There's nothing JSF specific to this. If you are using
JEE's standard security framework (supplied with WebLogic), everything is done by WebLogic. You have to configure a security Realm in the WebLogic server, bind it to the webapp(s) that will be secured by it, and include the certificate information in the WebLogic secure transport configuration. So it's mostly questions you need to ask in the WebLogic forum - although WebLogic was pretty good in documenting those processes.
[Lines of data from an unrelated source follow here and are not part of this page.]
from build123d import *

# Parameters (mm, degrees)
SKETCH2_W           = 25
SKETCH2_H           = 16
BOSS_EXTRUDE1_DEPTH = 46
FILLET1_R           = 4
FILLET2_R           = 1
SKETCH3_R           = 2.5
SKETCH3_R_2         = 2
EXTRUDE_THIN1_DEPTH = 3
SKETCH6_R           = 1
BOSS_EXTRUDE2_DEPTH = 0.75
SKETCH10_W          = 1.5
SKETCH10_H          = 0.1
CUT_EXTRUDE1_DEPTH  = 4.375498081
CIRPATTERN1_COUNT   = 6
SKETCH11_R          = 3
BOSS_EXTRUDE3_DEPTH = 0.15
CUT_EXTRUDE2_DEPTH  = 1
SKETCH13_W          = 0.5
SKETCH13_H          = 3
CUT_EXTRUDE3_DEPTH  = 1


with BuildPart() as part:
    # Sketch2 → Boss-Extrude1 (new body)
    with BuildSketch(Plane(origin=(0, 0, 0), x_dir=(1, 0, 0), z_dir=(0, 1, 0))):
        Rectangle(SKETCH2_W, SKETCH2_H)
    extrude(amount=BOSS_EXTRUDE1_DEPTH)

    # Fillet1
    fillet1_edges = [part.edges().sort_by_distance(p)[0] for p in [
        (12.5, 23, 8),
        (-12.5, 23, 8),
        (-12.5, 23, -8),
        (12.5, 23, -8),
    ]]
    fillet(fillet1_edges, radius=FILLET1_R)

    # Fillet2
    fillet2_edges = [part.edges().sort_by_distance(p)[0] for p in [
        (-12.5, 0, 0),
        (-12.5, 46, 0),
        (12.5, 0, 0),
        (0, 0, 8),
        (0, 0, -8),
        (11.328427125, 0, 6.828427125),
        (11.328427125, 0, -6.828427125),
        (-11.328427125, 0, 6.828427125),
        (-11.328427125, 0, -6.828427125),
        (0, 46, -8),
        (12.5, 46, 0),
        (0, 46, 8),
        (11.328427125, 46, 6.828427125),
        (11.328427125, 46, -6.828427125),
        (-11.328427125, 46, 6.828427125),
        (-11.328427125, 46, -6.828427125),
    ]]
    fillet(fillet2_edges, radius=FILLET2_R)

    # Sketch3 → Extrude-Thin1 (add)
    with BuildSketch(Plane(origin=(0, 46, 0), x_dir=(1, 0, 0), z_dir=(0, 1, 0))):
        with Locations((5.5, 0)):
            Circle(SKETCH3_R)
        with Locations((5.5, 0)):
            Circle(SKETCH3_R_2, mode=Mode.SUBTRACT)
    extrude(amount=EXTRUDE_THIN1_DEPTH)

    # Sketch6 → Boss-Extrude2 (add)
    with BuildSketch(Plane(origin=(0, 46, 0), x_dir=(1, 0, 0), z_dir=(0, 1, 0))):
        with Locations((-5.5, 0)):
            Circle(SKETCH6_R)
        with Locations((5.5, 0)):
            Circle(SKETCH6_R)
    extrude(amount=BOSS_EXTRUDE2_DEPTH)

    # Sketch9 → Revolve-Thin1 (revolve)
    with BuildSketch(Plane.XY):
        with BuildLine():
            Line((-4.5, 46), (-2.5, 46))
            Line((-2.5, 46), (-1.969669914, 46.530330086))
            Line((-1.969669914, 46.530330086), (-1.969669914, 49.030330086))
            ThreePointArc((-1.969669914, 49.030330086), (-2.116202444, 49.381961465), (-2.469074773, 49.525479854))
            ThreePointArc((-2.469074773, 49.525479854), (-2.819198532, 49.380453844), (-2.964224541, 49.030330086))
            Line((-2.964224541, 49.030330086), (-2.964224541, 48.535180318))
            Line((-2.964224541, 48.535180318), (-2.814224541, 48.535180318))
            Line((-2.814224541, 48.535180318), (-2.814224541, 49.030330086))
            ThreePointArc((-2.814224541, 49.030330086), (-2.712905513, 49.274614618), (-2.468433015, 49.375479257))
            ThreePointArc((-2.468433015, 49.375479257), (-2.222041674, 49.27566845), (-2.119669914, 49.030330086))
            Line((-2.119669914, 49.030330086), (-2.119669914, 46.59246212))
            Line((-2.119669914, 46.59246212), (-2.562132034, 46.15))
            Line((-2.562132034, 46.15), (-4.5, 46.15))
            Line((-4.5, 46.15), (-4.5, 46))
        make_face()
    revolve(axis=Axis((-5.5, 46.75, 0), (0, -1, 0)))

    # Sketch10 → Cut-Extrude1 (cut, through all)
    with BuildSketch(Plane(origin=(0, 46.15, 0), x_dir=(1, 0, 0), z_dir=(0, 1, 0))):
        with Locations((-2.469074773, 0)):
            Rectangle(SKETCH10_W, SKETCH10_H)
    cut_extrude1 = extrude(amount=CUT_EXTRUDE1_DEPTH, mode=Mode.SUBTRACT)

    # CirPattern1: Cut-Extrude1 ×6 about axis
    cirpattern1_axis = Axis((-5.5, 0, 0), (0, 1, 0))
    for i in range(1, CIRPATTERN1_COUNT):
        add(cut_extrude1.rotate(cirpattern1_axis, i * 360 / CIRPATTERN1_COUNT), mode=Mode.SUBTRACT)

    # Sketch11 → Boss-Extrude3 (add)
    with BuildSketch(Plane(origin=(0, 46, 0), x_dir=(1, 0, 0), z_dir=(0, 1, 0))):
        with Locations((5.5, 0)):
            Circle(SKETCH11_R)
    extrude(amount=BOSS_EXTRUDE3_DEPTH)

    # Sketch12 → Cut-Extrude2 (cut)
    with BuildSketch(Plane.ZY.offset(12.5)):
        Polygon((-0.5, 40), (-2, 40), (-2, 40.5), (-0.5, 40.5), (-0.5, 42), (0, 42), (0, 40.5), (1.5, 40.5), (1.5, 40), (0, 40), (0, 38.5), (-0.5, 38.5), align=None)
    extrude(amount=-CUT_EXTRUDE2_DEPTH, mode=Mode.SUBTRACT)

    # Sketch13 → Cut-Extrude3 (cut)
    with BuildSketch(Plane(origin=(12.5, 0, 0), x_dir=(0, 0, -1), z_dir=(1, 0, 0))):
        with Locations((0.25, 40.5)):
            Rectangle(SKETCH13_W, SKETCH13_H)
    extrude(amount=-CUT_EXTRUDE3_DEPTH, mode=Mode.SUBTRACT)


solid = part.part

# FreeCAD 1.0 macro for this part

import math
import FreeCAD as App
import Part
import Sketcher
Q = App.Units.Quantity


def edges_at(feature, points):
    """Names of the edges that pass closest to the given points."""
    edges = feature.Shape.Edges
    near = lambda p: min(range(len(edges)), key=lambda i: edges[i].distToShape(Part.Vertex(*p))[0])
    return sorted({f"Edge{near(p) + 1}" for p in points})

doc = App.newDocument("Part")
body = doc.addObject("PartDesign::Body", "Body")

# Sketch on XZ plane
sketch1 = body.newObject("Sketcher::SketchObject", "Sketch")
sketch1.AttachmentSupport = (doc.getObject("XZ_Plane"), [""])
sketch1.MapMode = "FlatFace"
sketch1.addGeometry([
    Part.LineSegment(App.Vector(-12, -8, 0), App.Vector(-12, 8, 0)),
    Part.LineSegment(App.Vector(-12, 8, 0), App.Vector(12, 8, 0)),
    Part.LineSegment(App.Vector(12, 8, 0), App.Vector(12, -8, 0)),
    Part.LineSegment(App.Vector(12, -8, 0), App.Vector(-12, -8, 0)),
], False)
sketch1.addConstraint([
    Sketcher.Constraint("Coincident", 0, 2, 1, 1),
    Sketcher.Constraint("Coincident", 1, 2, 2, 1),
    Sketcher.Constraint("Coincident", 2, 2, 3, 1),
    Sketcher.Constraint("Coincident", 3, 2, 0, 1),
    Sketcher.Constraint("Vertical", 0),
    Sketcher.Constraint("Horizontal", 1),
    Sketcher.Constraint("Vertical", 2),
    Sketcher.Constraint("Horizontal", 3),
    Sketcher.Constraint("Symmetric", 0, 2, 2, 2, -1, 1),
    Sketcher.Constraint("DistanceX", 1, 1, 1, 2, Q("25 mm")),
    Sketcher.Constraint("DistanceY", 0, 1, 0, 2, Q("16 mm")),
])
pad1 = body.newObject("PartDesign::Pad", "Pad")
pad1.Profile = sketch1
pad1.Length = 46
pad1.Reversed = True
doc.recompute()

fillet = body.newObject("PartDesign::Fillet", "Fillet")
fillet.Base = (pad1, edges_at(pad1, [
    (12.5, 23, 8),
    (-12.5, 23, 8),
    (-12.5, 23, -8),
    (12.5, 23, -8),
]))
fillet.Radius = 4
doc.recompute()

fillet2 = body.newObject("PartDesign::Fillet", "Fillet001")
fillet2.Base = (fillet, edges_at(fillet, [
    (-12.5, 0, 0),
    (-12.5, 46, 0),
    (12.5, 0, 0),
    (0, 0, 8),
    (0, 0, -8),
    (11.328, 0, 6.828),
    (11.328, 0, -6.828),
    (-11.328, 0, 6.828),
    (-11.328, 0, -6.828),
    (0, 46, -8),
    (12.5, 46, 0),
    (0, 46, 8),
    (11.328, 46, 6.828),
    (11.328, 46, -6.828),
    (-11.328, 46, 6.828),
    (-11.328, 46, -6.828),
]))
fillet2.Radius = 1

# Sketch on XZ plane
sketch2 = body.newObject("Sketcher::SketchObject", "Sketch001")
sketch2.AttachmentSupport = (doc.getObject("XZ_Plane"), [""])
sketch2.MapMode = "FlatFace"
sketch2.AttachmentOffset = App.Placement(App.Vector(0, 0, -46), App.Rotation())
sketch2.addGeometry([
    Part.Circle(App.Vector(5.5, 0, 0), App.Vector(0, 0, 1), 2.5),
    Part.Circle(App.Vector(5.5, 0, 0), App.Vector(0, 0, 1), 2),
], False)
sketch2.addConstraint([
    Sketcher.Constraint("Coincident", 1, 3, 0, 3),
    Sketcher.Constraint("PointOnObject", 0, 3, -1),
    Sketcher.Constraint("Diameter", 0, Q("5 mm")),
    Sketcher.Constraint("Diameter", 1, Q("4 mm")),
    Sketcher.Constraint("DistanceX", -1, 1, 0, 3, Q("5.5 mm")),
])
pad2 = body.newObject("PartDesign::Pad", "Pad001")
pad2.Profile = sketch2
pad2.Length = 3
pad2.Reversed = True

# Sketch on XZ plane
sketch3 = body.newObject("Sketcher::SketchObject", "Sketch002")
sketch3.AttachmentSupport = (doc.getObject("XZ_Plane"), [""])
sketch3.MapMode = "FlatFace"
sketch3.AttachmentOffset = App.Placement(App.Vector(0, 0, -46), App.Rotation())
sketch3.addGeometry([
    Part.Circle(App.Vector(-5.5, 0, 0), App.Vector(0, 0, 1), 1),
    Part.Circle(App.Vector(5.5, 0, 0), App.Vector(0, 0, 1), 1),
], False)
sketch3.addConstraint([
    Sketcher.Constraint("Equal", 0, 1),
    Sketcher.Constraint("Symmetric", 0, 3, 1, 3, -1, 1),
    Sketcher.Constraint("PointOnObject", 0, 3, -1),
    Sketcher.Constraint("Diameter", 0, Q("2 mm")),
    Sketcher.Constraint("DistanceX", 0, 3, 1, 3, Q("11 mm")),
])
pad3 = body.newObject("PartDesign::Pad", "Pad002")
pad3.Profile = sketch3
pad3.Length = 0.75
pad3.Reversed = True

# Sketch on XY plane
sketch4 = body.newObject("Sketcher::SketchObject", "Sketch003")
sketch4.AttachmentSupport = (doc.getObject("XY_Plane"), [""])
sketch4.MapMode = "FlatFace"
sketch4.addGeometry([
    Part.LineSegment(App.Vector(-4.5, 46, 0), App.Vector(-2.5, 46, 0)),  # 0
    Part.LineSegment(App.Vector(-2.5, 46, 0), App.Vector(-1.97, 46.53, 0)),  # 1
    Part.LineSegment(App.Vector(-1.97, 46.53, 0), App.Vector(-1.97, 49.03, 0)),  # 2
    Part.ArcOfCircle(Part.Circle(App.Vector(-2.46, 49.03, 0), App.Vector(0, 0, 1), 0.5), math.radians(0), math.radians(90)),  # 3
    Part.ArcOfCircle(Part.Circle(App.Vector(-2.47, 49.03, 0), App.Vector(0, 0, 1), 0.5), math.radians(90), math.radians(180)),  # 4
    Part.LineSegment(App.Vector(-2.96, 49.03, 0), App.Vector(-2.96, 48.54, 0)),  # 5
    Part.LineSegment(App.Vector(-2.96, 48.54, 0), App.Vector(-2.81, 48.54, 0)),  # 6
    Part.LineSegment(App.Vector(-2.81, 48.54, 0), App.Vector(-2.81, 49.03, 0)),  # 7
    Part.ArcOfCircle(Part.Circle(App.Vector(-2.47, 49.03, 0), App.Vector(0, 0, 1), 0.35), math.radians(90), math.radians(180)),  # 8
    Part.ArcOfCircle(Part.Circle(App.Vector(-2.46, 49.03, 0), App.Vector(0, 0, 1), 0.35), math.radians(0), math.radians(91)),  # 9
    Part.LineSegment(App.Vector(-2.12, 49.03, 0), App.Vector(-2.12, 46.59, 0)),  # 10
    Part.LineSegment(App.Vector(-2.12, 46.59, 0), App.Vector(-2.56, 46.15, 0)),  # 11
    Part.LineSegment(App.Vector(-2.56, 46.15, 0), App.Vector(-4.5, 46.15, 0)),  # 12
    Part.LineSegment(App.Vector(-4.5, 46.15, 0), App.Vector(-4.5, 46, 0)),  # 13
], False)
sketch4.addGeometry(Part.LineSegment(App.Vector(-5.5, 49.53, 0), App.Vector(-5.5, 46, 0)), True)  # axis
sketch4.addConstraint([
    Sketcher.Constraint("Coincident", 0, 2, 1, 1),
    Sketcher.Constraint("Coincident", 1, 2, 2, 1),
    Sketcher.Constraint("Tangent", 2, 2, 3, 1),
    Sketcher.Constraint("Coincident", 3, 2, 4, 1),
    Sketcher.Constraint("Tangent", 4, 2, 5, 1),
    Sketcher.Constraint("Coincident", 5, 2, 6, 1),
    Sketcher.Constraint("Coincident", 6, 2, 7, 1),
    Sketcher.Constraint("Tangent", 7, 2, 8, 2),
    Sketcher.Constraint("Coincident", 8, 1, 9, 2),
    Sketcher.Constraint("Tangent", 9, 1, 10, 1),
    Sketcher.Constraint("Coincident", 10, 2, 11, 1),
    Sketcher.Constraint("Coincident", 11, 2, 12, 1),
    Sketcher.Constraint("Coincident", 12, 2, 13, 1),
    Sketcher.Constraint("Coincident", 13, 2, 0, 1),
    Sketcher.Constraint("Horizontal", 0),
    Sketcher.Constraint("Vertical", 2),
    Sketcher.Constraint("Vertical", 5),
    Sketcher.Constraint("Horizontal", 6),
    Sketcher.Constraint("Vertical", 7),
    Sketcher.Constraint("Vertical", 10),
    Sketcher.Constraint("Horizontal", 12),
    Sketcher.Constraint("Vertical", 13),
    Sketcher.Constraint("Vertical", 14),
    Sketcher.Constraint("Coincident", 8, 3, 4, 3),
    Sketcher.Constraint("Coincident", 9, 3, 3, 3),
    Sketcher.Constraint("Parallel", 1, 11),
    Sketcher.Constraint("Horizontal", 3, 3, 4, 3),
    Sketcher.Constraint("Horizontal", 3, 2, 14, 1),
    Sketcher.Constraint("Horizontal", 13, 2, 14, 2),
    Sketcher.Constraint("Vertical", 8, 3, 3, 2),
    Sketcher.Constraint("Equal", 6, 13),
    Sketcher.Constraint("DistanceX", 0, 1, 0, 2, Q("2 mm")),
    Sketcher.Constraint("Angle", 1, Q("45 deg")),
    Sketcher.Constraint("DistanceY", 2, 1, 2, 2, Q("2.5 mm")),
    Sketcher.Constraint("DistanceY", -1, 1, 0, 2, Q("46 mm")),
    Sketcher.Constraint("DistanceX", 14, 2, 13, 2, Q("1 mm")),
    Sketcher.Constraint("DistanceX", 6, 1, 6, 2, Q("0.15 mm")),
    Sketcher.Constraint("DistanceX", 0, 2, -1, 1, Q("2.5 mm")),
    Sketcher.Constraint("Distance", 1, Q("0.75 mm")),
    Sketcher.Constraint("Radius", 4, Q("0.49515 mm")),
    Sketcher.Constraint("DistanceX", 10, 2, 1, 2, Q("0.15 mm")),
    Sketcher.Constraint("DistanceY", 5, 2, 5, 1, Q("0.49515 mm")),
    Sketcher.Constraint("DistanceX", 12, 2, 12, 1, Q("1.937868 mm")),
    Sketcher.Constraint("DistanceX", 3, 2, 8, 1, Q("0.000642 mm")),
])
revolution = body.newObject("PartDesign::Revolution", "Revolution")
revolution.Profile = sketch4
revolution.ReferenceAxis = (sketch4, ["Axis0"])
revolution.Angle = 360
When using container-managed security with form-based login, you design a basic HTML or
JSP login form in 2 almost-identical parts. The login form is the page that WebLogic (
NOT the webapp!) will present when a user makes a request to a secured URL as mapped in the webapp's web.xml file and the user is not already logged in. If the login fails, then WebLogic will present the loginfail page repeatedly until the user either logs in or gives up and goes away. My loginfail page usually is a clone of the login page, but with the added caption "Login Failed!".
There is no application login code and the application does not get notified when the user logs in (this may have been done in some other app in the webapp's security Realm or via Single Signon, Windows Login, or some other place remote in time and logic). You can always tell when you are logged in, however, since the HttpServletRequest getUserPrincipal() and getRemoteUser() methods return null until the user has logged in. The getRemoteUser() method returns the userID, which is also stored in the UserPrincipal object. Because the code to get the userID (and to
test user security role authorization) is particularly ugly in JSF, I keep a separate utility class to hold it. That allows me to use simpler, more abstract code in the application logic itself. It also allows me to swap in a testing security module for offline (unit) testing.
JEE container security is primarily about limiting access to secured URLs. If the user fails in authentication or authorization, the user never even gets to application logic and therefore cannot exploit it. So actual security code within the webapp is usually minimal.